▸ **WHAT IS REQUIRED**: The response must be made up of the lines in the entries below that contain "DIRECTION".

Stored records
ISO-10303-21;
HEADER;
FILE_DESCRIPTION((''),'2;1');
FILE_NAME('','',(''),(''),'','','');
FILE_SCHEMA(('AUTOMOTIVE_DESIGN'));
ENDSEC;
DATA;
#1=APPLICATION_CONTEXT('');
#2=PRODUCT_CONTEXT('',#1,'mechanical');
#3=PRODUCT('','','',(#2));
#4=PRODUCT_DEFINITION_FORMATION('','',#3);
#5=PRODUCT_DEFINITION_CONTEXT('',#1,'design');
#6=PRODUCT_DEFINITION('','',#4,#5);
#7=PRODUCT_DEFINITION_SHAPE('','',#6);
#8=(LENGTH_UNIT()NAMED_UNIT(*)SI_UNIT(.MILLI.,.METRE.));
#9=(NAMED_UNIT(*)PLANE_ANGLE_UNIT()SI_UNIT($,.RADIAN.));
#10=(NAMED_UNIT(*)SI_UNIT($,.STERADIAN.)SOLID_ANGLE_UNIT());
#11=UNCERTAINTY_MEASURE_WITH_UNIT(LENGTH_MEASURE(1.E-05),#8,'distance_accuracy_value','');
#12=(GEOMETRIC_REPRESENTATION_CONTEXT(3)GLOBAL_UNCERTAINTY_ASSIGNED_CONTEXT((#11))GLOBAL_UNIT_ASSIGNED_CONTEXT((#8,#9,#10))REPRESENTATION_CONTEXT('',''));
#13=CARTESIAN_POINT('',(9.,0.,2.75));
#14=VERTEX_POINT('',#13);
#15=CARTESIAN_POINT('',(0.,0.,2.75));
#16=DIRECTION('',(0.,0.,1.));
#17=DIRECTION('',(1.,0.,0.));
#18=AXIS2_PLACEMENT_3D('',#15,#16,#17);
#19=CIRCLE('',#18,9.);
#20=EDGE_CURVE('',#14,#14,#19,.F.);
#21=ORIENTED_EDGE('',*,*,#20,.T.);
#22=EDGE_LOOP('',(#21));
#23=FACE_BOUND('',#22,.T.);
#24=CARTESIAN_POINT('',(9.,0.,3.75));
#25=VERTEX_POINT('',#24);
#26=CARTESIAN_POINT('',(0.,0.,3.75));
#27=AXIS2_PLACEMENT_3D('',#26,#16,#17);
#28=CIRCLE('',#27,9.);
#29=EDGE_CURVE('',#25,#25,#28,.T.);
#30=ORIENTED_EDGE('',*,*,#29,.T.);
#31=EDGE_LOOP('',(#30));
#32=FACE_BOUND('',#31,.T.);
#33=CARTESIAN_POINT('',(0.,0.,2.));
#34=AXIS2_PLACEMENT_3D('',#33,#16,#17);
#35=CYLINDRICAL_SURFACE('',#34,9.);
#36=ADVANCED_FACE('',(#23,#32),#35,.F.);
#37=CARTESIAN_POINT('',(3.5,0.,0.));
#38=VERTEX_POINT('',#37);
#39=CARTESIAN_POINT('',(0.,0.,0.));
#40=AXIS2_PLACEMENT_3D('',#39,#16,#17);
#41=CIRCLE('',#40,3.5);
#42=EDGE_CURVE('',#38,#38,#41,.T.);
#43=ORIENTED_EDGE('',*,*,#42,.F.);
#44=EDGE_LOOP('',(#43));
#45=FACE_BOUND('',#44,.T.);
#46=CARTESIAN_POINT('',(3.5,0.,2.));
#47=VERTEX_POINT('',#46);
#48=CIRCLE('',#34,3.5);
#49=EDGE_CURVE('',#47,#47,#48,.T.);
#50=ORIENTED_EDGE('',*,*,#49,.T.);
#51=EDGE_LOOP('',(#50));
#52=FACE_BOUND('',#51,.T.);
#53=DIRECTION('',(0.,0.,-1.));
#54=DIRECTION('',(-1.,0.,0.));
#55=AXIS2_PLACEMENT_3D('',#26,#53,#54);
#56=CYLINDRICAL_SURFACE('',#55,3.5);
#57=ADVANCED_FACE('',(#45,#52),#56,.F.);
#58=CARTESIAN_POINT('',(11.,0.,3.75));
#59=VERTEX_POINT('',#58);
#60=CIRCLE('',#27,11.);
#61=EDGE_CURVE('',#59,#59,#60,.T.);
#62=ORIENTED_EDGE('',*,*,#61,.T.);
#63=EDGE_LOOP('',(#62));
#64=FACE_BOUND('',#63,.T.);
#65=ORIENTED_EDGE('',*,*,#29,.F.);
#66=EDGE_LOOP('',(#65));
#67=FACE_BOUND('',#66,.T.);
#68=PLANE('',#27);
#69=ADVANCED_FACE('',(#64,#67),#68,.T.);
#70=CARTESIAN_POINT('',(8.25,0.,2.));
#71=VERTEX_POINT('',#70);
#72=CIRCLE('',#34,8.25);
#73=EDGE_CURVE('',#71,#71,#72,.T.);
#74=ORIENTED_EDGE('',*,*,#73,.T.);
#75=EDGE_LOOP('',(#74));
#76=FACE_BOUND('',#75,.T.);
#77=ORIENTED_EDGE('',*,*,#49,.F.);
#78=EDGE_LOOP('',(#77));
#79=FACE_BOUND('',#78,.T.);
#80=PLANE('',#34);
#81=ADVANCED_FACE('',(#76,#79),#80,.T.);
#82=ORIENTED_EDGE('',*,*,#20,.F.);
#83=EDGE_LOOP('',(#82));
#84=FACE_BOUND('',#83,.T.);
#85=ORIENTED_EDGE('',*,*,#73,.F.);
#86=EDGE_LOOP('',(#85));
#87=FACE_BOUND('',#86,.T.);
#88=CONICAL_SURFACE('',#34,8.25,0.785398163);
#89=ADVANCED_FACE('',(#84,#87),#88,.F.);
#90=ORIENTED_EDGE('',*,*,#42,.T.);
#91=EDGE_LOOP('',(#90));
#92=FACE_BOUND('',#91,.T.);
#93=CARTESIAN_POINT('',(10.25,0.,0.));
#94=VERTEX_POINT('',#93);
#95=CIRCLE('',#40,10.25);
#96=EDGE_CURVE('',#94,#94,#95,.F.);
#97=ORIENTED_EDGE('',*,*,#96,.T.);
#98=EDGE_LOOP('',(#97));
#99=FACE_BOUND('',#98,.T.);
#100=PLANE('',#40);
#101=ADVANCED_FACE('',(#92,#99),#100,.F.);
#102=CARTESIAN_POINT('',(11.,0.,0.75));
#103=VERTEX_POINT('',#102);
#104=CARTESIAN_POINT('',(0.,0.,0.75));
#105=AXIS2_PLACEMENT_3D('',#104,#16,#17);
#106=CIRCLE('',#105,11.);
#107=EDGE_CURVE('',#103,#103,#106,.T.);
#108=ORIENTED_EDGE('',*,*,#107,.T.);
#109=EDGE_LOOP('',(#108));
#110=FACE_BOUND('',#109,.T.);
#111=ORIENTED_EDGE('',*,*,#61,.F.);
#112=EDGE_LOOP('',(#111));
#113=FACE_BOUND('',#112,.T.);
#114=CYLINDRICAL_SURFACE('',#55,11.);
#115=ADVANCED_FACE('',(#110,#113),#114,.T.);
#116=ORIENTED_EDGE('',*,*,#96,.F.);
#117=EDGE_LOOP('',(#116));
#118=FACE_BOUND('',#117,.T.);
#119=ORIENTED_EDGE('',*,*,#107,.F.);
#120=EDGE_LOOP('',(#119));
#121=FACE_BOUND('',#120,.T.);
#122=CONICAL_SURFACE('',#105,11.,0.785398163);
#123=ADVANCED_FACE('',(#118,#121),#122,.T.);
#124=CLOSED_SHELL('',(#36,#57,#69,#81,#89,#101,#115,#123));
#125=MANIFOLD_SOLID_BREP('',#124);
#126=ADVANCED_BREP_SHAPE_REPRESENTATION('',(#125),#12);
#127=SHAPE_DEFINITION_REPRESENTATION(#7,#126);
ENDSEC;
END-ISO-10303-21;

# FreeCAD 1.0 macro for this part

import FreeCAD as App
import Part
import Sketcher
from FreeCAD import Vector
Q = App.Units.Quantity


def edges_at(feature, points):
    """Names of the edges that pass closest to the given points."""
    edges = feature.Shape.Edges
    near = lambda p: min(range(len(edges)), key=lambda i: edges[i].distToShape(Part.Vertex(*p))[0])
    return sorted({f"Edge{near(p) + 1}" for p in points})

doc = App.newDocument("Part")
body = doc.addObject("PartDesign::Body", "Body")

sketch1 = doc.addObject("Sketcher::SketchObject", "Sketch")
body.addObject(sketch1)
sketch1.AttachmentSupport = (doc.XY_Plane, [""])
sketch1.MapMode = "FlatFace"
sketch1.addGeometry([
    Part.Circle(Vector(0, 0, 0), Vector(0, 0, 1), 11),
    Part.Circle(Vector(0, 0, 0), Vector(0, 0, 1), 3.5),
], False)
sketch1.addConstraint([
    Sketcher.Constraint("Coincident", 0, 3, -1, 1),
    Sketcher.Constraint("Coincident", 1, 3, -1, 1),
    Sketcher.Constraint("Diameter", 0, Q("22 mm")),
    Sketcher.Constraint("Diameter", 1, Q("7 mm")),
])
pad1 = doc.addObject("PartDesign::Pad", "Pad")
body.addObject(pad1)
pad1.Profile = sketch1
pad1.Length = 3.75
doc.recompute()

chamfer = doc.addObject("PartDesign::Chamfer", "Chamfer")
body.addObject(chamfer)
chamfer.Base = (pad1, edges_at(pad1, [(-11, 0, 0)]))
chamfer.Size = 0.75

sketch2 = doc.addObject("Sketcher::SketchObject", "Sketch001")
body.addObject(sketch2)
sketch2.AttachmentSupport = (doc.XY_Plane, [""])
sketch2.MapMode = "FlatFace"
sketch2.AttachmentOffset = App.Placement(Vector(0, 0, 3.75), App.Rotation())
sketch2.addGeometry(Part.Circle(Vector(0, 0, 0), Vector(0, 0, 1), 9), False)
sketch2.addConstraint([
    Sketcher.Constraint("Coincident", 0, 3, -1, 1),
    Sketcher.Constraint("Diameter", 0, Q("18 mm")),
])
pocket1 = doc.addObject("PartDesign::Pocket", "Pocket")
body.addObject(pocket1)
pocket1.Profile = sketch2
pocket1.Length = 1.75
doc.recompute()

chamfer2 = doc.addObject("PartDesign::Chamfer", "Chamfer001")
body.addObject(chamfer2)
chamfer2.Base = (pocket1, edges_at(pocket1, [(-9, 0, 2)]))
chamfer2.Size = 0.75

doc.recompute()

▸ **RESPONSE AREA**:
#16=DIRECTION('',(0.,0.,1.));
#17=DIRECTION('',(1.,0.,0.));
#53=DIRECTION('',(0.,0.,-1.));
#54=DIRECTION('',(-1.,0.,0.));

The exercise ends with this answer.